En effet, il semble que les premiers NFT de cette collection aient été créés par le portefeuille d’administrateur. Selon les relevés relayés par CoinDesk, ce portefeuille-coffre aurait concentré environ 26 % des cartes uniques 1-of-1 et 28 % des cartes autographiées, soit les actifs les plus précieux de la série.

Floor price, contrôle du marché et opacité

Pourquoi conserver autant d’exemplaires rares ? D’abord pour peser sur le floor price sur le marché secondaire. Ces images vendues 99 $ pointaient alors autour de 0,30 ETH, soit un peu plus de 350 $ l’unité en ETH. Posséder une telle proportion offre un levier évident sur le cours.

Détenir les cartes rares donnait aussi un pouvoir sur les tirages au sort. Qui contrôle le coffre peut, en théorie, influencer l’attribution des récompenses et fausser la concurrence. De quoi nourrir les comparaisons avec un rug pull déguisé, même si le projet a continué d’exister.

La question reste de savoir si Donald Trump était réellement partie prenante. Le bas du site officiel l’indiquait clairement : la structure « NFT INT LLC » utilise « le nom, la ressemblance et l’image de Donald J. Trump sous licence payante de CIC Digital LLC ». Une mécanique de franchise, plus qu’un projet Web3 porté par l’intéressé.

Depuis le lancement : ce que la collection est devenue

Le scénario annoncé s’est largement vérifié. Dès l’annonce d’une série 2 en avril 2023, le floor price de la série 1 a chuté, passant d’environ 0,42 ETH à près de 0,10 ETH en vingt-quatre heures selon Newsweek. Les détenteurs de la série 2 affichaient déjà des pertes proches de 36 % sur leur mise de 99 $ fin 2023.

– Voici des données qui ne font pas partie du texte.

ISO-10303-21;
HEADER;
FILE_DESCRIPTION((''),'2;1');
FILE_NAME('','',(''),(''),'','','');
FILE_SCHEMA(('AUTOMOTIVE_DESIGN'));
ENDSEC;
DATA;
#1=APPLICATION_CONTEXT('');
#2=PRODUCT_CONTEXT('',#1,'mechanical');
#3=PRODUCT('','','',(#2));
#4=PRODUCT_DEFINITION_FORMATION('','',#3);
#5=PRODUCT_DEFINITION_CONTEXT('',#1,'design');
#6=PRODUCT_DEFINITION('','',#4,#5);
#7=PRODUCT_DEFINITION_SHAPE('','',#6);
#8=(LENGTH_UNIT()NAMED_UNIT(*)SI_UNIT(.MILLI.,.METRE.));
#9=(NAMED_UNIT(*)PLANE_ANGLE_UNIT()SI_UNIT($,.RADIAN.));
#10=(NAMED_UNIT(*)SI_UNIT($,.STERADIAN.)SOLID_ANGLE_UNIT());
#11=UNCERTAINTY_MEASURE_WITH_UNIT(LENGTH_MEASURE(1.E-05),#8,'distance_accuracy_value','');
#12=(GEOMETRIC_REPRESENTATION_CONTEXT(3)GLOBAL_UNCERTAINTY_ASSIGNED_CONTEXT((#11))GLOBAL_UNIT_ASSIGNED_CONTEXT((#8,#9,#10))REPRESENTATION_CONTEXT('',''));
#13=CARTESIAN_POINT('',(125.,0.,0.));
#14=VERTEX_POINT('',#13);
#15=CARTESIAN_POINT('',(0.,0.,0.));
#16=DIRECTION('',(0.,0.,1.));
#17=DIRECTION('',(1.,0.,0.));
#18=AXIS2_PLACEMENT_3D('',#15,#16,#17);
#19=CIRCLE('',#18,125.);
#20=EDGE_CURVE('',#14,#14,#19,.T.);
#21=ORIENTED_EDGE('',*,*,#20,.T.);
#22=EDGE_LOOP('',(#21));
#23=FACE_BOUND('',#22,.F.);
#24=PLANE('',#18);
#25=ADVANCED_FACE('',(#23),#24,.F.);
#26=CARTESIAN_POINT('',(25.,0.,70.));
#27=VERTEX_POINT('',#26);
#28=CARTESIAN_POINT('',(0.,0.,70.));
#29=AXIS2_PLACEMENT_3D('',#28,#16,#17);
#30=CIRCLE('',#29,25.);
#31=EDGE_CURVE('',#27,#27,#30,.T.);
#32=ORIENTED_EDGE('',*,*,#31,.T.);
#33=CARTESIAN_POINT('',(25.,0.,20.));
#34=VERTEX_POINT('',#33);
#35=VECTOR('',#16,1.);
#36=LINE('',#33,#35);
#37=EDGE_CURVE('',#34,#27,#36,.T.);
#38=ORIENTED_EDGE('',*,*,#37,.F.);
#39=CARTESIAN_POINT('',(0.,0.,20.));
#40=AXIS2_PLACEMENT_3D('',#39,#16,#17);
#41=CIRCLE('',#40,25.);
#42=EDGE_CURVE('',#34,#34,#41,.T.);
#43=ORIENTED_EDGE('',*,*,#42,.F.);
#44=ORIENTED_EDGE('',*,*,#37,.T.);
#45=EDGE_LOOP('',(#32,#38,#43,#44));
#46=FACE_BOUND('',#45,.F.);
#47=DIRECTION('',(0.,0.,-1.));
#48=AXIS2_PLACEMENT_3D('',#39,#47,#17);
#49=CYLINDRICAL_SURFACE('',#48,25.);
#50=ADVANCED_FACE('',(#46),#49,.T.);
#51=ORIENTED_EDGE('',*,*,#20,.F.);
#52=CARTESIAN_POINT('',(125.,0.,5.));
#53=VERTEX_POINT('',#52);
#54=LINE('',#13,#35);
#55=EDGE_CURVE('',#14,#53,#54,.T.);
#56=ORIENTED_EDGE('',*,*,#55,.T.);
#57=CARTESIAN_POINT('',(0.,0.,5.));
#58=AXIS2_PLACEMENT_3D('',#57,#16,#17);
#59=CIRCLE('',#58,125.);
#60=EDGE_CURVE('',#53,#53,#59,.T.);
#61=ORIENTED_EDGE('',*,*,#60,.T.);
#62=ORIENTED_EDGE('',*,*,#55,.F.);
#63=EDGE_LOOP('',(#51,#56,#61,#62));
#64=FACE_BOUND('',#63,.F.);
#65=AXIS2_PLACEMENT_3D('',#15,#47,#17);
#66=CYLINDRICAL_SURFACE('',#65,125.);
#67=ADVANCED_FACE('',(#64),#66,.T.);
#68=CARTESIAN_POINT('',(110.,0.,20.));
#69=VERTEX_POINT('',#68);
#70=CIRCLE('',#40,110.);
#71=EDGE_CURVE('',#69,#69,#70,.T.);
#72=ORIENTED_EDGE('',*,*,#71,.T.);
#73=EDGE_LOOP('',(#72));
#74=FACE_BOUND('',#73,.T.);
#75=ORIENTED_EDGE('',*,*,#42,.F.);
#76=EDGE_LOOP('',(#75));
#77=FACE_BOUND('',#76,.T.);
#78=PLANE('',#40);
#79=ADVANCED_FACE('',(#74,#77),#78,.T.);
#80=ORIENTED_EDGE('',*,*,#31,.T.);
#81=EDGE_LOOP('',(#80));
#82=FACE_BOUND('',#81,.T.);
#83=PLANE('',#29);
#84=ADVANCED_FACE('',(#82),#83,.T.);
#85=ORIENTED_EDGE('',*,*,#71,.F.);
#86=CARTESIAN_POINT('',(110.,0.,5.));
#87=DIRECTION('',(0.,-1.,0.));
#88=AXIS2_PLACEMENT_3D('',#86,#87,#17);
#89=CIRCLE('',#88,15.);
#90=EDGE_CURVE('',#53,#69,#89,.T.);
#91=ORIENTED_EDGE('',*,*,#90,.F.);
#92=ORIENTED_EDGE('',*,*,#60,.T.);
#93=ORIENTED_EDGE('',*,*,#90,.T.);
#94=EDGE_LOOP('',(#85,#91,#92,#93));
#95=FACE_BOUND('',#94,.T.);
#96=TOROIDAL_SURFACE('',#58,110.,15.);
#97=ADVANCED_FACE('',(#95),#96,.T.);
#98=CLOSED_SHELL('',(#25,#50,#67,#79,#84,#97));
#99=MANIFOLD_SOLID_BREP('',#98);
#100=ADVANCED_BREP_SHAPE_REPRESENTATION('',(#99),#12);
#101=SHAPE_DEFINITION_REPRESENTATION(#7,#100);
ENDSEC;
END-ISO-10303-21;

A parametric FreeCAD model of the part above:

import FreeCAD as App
import Part
import Sketcher
from FreeCAD import Vector
Q = App.Units.Quantity


def edges_at(feature, points):
    """Names of the edges that pass closest to the given points."""
    edges = feature.Shape.Edges
    near = lambda p: min(range(len(edges)), key=lambda i: edges[i].distToShape(Part.Vertex(*p))[0])
    return sorted({f"Edge{near(p) + 1}" for p in points})

doc = App.newDocument("Part")
body = doc.addObject("PartDesign::Body", "Body")

sketch1 = doc.addObject("Sketcher::SketchObject", "Sketch")
body.addObject(sketch1)
sketch1.AttachmentSupport = (doc.XY_Plane, [""])
sketch1.MapMode = "FlatFace"
sketch1.addGeometry(Part.Circle(Vector(0, 0, 0), Vector(0, 0, 1), 125), False)
sketch1.addConstraint([
    Sketcher.Constraint("Coincident", 0, 3, -1, 1),
    Sketcher.Constraint("Diameter", 0, Q("250 mm")),
])
pad1 = doc.addObject("PartDesign::Pad", "Pad")
body.addObject(pad1)
pad1.Profile = sketch1
pad1.Length = 20

sketch2 = doc.addObject("Sketcher::SketchObject", "Sketch001")
body.addObject(sketch2)
sketch2.AttachmentSupport = (doc.XY_Plane, [""])
sketch2.MapMode = "FlatFace"
sketch2.AttachmentOffset = App.Placement(Vector(0, 0, 20), App.Rotation())
sketch2.addGeometry(Part.Circle(Vector(0, 0, 0), Vector(0, 0, 1), 25), False)
sketch2.addConstraint([
    Sketcher.Constraint("Coincident", 0, 3, -1, 1),
    Sketcher.Constraint("Diameter", 0, Q("50 mm")),
])
pad2 = doc.addObject("PartDesign::Pad", "Pad001")
body.addObject(pad2)
pad2.Profile = sketch2
pad2.Length = 50
doc.recompute()

fillet = doc.addObject("PartDesign::Fillet", "Fillet")
body.addObject(fillet)
fillet.Base = (pad2, edges_at(pad2, [(-125, 0, 20)]))
fillet.Radius = 15

doc.recompute()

Les séries suivantes ont confirmé l’essoufflement. La série 3 de 100 000 cartes n’a été vendue qu’à moitié environ. La série 4 « America First » plafonnait, début 2025, à un peu plus de 2 M$ de ventes pour seulement une fraction des 360 000 unités disponibles. Le volume d’échange sur le marché secondaire s’est effondré sur la quasi-totalité des collections.

L’ironie de l’histoire : l’adversaire affiché des cryptomonnaies est devenu, une fois réélu en 2024, l’un des présidents les plus engagés dans le secteur, du dossier des ETF Bitcoin aux stablecoins. Ses cartes, elles, restent un cas d’école de la bulle NFT, où l’attention médiatique a remplacé toute utilité réelle.

Une leçon pour les investisseurs

L’affaire illustre les risques d’une spéculation déconnectée des fondamentaux. Un actif au spread erratique, concentré dans quelques portefeuilles, dépend entièrement de la demande spéculative. Quand celle-ci se tarit, le plancher s’effondre, comme l’ont constaté de nombreux détenteurs.

Aucune poursuite d’envergure d’investisseurs mécontents n’a abouti à ce jour contre la collection. Mais le bilan parle de lui-même : derrière l’emballage présidentiel, ces NFT ressemblaient surtout à ce que la mémoire de marché de 2022 retiendra comme un projet plus marketing qu’authentiquement décentralisé. Pour mesurer la volatilité du marché, des outils comme la heatmap, l’indice Fear and Greed ou un convertisseur crypto restent plus utiles qu’une carte à collectionner.